> **What you have to do**
When the line with "BOSS_EXTRUDE2_DEPTH = 0.2" is reached, include it and stop; before that, copy each line of the listing exactly from the first.

> **Exercise data**
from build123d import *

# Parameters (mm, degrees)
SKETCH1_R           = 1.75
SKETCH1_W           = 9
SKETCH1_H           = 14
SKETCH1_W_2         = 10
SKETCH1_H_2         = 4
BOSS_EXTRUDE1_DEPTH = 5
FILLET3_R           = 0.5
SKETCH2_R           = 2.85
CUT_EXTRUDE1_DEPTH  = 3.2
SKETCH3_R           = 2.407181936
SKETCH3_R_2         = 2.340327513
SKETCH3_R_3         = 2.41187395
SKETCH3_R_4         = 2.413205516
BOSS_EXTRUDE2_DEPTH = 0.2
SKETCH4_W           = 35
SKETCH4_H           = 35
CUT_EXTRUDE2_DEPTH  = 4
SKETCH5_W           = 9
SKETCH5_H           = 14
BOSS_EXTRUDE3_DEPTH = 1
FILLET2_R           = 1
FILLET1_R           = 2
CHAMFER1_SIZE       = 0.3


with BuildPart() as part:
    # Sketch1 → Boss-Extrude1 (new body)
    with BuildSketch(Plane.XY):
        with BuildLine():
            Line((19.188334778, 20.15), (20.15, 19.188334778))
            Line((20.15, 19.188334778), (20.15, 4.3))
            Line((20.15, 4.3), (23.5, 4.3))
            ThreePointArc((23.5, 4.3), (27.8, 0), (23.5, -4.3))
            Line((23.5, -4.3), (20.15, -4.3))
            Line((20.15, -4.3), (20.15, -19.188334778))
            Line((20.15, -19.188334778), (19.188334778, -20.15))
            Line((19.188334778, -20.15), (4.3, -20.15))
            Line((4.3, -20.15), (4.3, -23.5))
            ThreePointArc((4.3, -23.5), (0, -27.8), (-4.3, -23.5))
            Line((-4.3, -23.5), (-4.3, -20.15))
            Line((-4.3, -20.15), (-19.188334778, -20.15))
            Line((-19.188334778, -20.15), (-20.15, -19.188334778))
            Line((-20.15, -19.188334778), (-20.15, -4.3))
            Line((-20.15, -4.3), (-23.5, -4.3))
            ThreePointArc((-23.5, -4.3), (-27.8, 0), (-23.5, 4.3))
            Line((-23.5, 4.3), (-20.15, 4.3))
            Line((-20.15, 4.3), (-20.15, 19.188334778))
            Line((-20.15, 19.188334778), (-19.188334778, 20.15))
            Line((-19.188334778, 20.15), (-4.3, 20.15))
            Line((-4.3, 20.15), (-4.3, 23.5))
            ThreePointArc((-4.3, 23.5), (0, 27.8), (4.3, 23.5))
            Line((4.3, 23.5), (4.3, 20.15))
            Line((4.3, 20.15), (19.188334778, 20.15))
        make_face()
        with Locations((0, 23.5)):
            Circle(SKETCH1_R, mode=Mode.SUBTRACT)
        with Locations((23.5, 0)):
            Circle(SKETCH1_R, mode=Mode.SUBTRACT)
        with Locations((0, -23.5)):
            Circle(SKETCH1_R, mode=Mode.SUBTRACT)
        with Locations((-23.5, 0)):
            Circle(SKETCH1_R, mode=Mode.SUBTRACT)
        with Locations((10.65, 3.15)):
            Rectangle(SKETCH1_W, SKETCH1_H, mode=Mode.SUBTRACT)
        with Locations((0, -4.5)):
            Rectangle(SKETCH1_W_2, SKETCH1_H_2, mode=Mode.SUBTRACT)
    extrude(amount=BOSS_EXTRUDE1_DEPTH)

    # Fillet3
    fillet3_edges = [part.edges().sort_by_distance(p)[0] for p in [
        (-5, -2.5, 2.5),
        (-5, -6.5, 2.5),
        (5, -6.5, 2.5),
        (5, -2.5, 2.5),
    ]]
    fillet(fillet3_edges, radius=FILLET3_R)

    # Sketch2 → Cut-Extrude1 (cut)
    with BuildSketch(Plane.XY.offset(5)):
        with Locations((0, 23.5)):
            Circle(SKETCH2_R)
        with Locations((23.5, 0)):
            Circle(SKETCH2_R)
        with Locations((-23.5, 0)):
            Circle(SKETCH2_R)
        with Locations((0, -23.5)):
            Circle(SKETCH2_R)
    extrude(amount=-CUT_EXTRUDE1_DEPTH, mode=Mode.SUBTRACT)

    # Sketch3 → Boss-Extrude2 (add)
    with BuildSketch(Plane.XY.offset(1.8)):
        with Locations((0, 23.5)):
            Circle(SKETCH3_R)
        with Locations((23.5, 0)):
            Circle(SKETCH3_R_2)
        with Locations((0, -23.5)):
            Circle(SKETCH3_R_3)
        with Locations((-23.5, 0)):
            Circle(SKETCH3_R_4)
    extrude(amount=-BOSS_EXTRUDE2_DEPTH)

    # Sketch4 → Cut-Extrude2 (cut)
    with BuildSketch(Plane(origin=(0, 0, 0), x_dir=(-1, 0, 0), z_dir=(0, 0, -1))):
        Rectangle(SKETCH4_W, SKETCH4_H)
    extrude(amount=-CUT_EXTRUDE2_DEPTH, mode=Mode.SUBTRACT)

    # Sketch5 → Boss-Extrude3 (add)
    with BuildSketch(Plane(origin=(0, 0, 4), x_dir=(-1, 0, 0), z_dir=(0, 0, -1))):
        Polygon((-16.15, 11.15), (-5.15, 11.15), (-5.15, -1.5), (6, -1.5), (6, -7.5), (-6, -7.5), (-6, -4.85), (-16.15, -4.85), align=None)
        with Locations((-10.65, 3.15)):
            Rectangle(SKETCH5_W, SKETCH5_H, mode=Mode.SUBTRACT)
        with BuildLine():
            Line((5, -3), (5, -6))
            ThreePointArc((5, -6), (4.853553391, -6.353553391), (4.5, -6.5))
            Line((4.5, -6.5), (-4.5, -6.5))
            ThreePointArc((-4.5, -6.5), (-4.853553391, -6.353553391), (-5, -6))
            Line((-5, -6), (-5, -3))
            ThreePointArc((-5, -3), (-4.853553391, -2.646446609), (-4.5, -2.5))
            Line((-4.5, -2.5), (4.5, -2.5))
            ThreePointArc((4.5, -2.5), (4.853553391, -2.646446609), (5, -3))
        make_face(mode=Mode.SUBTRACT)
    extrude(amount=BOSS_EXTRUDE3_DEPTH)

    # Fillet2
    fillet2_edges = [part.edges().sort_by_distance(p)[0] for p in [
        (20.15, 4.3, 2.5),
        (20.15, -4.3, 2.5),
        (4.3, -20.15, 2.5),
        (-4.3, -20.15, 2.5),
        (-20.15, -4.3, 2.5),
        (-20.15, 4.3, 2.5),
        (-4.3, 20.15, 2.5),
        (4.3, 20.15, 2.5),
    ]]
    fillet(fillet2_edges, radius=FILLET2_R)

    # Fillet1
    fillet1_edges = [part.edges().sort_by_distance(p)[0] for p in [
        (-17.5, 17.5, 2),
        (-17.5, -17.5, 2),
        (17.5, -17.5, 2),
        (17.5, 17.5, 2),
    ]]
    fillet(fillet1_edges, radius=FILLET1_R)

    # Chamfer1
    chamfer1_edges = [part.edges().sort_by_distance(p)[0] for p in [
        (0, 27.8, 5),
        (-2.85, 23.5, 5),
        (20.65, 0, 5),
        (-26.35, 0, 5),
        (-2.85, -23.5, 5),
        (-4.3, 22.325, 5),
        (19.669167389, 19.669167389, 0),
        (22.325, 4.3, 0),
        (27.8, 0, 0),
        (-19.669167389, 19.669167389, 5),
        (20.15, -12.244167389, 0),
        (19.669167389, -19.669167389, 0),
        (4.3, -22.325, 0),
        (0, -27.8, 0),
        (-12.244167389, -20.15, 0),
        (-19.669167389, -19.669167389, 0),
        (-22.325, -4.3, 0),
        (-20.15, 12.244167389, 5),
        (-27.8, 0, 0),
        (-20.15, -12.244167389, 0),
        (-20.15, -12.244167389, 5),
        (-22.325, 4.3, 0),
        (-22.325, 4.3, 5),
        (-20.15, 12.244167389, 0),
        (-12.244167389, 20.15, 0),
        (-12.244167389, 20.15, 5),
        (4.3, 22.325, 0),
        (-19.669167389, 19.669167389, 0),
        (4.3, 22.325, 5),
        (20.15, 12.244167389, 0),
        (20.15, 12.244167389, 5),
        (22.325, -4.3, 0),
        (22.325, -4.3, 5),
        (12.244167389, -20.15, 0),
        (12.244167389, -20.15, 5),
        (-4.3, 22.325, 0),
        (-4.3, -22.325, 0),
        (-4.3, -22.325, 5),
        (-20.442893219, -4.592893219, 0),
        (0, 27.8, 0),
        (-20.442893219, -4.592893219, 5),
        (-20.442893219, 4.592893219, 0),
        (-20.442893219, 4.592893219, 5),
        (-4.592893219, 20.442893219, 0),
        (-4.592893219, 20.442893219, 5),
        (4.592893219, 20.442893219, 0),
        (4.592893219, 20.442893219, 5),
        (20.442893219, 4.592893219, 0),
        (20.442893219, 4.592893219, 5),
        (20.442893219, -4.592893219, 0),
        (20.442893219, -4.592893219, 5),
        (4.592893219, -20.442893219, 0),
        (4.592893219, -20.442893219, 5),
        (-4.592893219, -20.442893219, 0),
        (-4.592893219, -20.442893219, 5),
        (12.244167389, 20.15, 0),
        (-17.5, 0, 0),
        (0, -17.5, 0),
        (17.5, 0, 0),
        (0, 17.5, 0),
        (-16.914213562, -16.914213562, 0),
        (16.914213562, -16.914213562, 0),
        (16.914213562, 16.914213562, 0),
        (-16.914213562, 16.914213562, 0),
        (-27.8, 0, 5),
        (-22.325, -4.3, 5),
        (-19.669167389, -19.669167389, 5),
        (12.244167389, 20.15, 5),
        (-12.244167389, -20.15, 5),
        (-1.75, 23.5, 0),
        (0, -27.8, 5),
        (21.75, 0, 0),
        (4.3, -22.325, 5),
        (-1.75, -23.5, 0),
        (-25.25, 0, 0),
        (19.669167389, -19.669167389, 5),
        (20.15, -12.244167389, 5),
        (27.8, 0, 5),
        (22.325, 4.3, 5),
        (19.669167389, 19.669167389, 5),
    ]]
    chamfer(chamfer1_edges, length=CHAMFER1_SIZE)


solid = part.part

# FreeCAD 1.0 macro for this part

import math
import FreeCAD as App
import Part
import Sketcher


def edges_at(feature, points):
    """Names of the edges that pass closest to the given points."""
    edges = feature.Shape.Edges
    near = lambda p: min(range(len(edges)), key=lambda i: edges[i].distToShape(Part.Vertex(*p))[0])
    return sorted({f"Edge{near(p) + 1}" for p in points})


def add_polygon(sketch, points):
    """Adds a closed chain of lines whose ends are joined by coincident constraints."""
    first, n = sketch.GeometryCount, len(points)
    for a, b in zip(points, points[1:] + points[:1]):
        sketch.addGeometry(Part.LineSegment(App.Vector(*a, 0), App.Vector(*b, 0)), False)
    for i in range(n):
        sketch.addConstraint(Sketcher.Constraint("Coincident", first + i, 2, first + (i + 1) % n, 1))

doc = App.newDocument("Part")
body = doc.addObject("PartDesign::Body", "Body")

# Sketch on XY plane
sketch1 = doc.addObject("Sketcher::SketchObject", "Sketch")
body.addObject(sketch1)
sketch1.AttachmentSupport = (doc.XY_Plane, [""])
sketch1.MapMode = "FlatFace"
sketch1.addGeometry(Part.LineSegment(App.Vector(20.1, 19.2, 0), App.Vector(19.2, 20.1, 0)), False)  # 0
sketch1.addGeometry(Part.LineSegment(App.Vector(19.2, 20.1, 0), App.Vector(4.3, 20.1, 0)), False)  # 1
sketch1.addGeometry(Part.LineSegment(App.Vector(4.3, 20.1, 0), App.Vector(4.3, 23.5, 0)), False)  # 2
sketch1.addGeometry(Part.ArcOfCircle(Part.Circle(App.Vector(0, 23.5, 0), App.Vector(0, 0, 1), 4.3), math.radians(0), math.radians(180)), False)  # 3
sketch1.addGeometry(Part.LineSegment(App.Vector(-4.3, 23.5, 0), App.Vector(-4.3, 20.1, 0)), False)  # 4
sketch1.addGeometry(Part.LineSegment(App.Vector(-4.3, 20.1, 0), App.Vector(-19.2, 20.1, 0)), False)  # 5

> **Response to this task**
from build123d import *

# Parameters (mm, degrees)
SKETCH1_R           = 1.75
SKETCH1_W           = 9
SKETCH1_H           = 14
SKETCH1_W_2         = 10
SKETCH1_H_2         = 4
BOSS_EXTRUDE1_DEPTH = 5
FILLET3_R           = 0.5
SKETCH2_R           = 2.85
CUT_EXTRUDE1_DEPTH  = 3.2
SKETCH3_R           = 2.407181936
SKETCH3_R_2         = 2.340327513
SKETCH3_R_3         = 2.41187395
SKETCH3_R_4         = 2.413205516
BOSS_EXTRUDE2_DEPTH = 0.2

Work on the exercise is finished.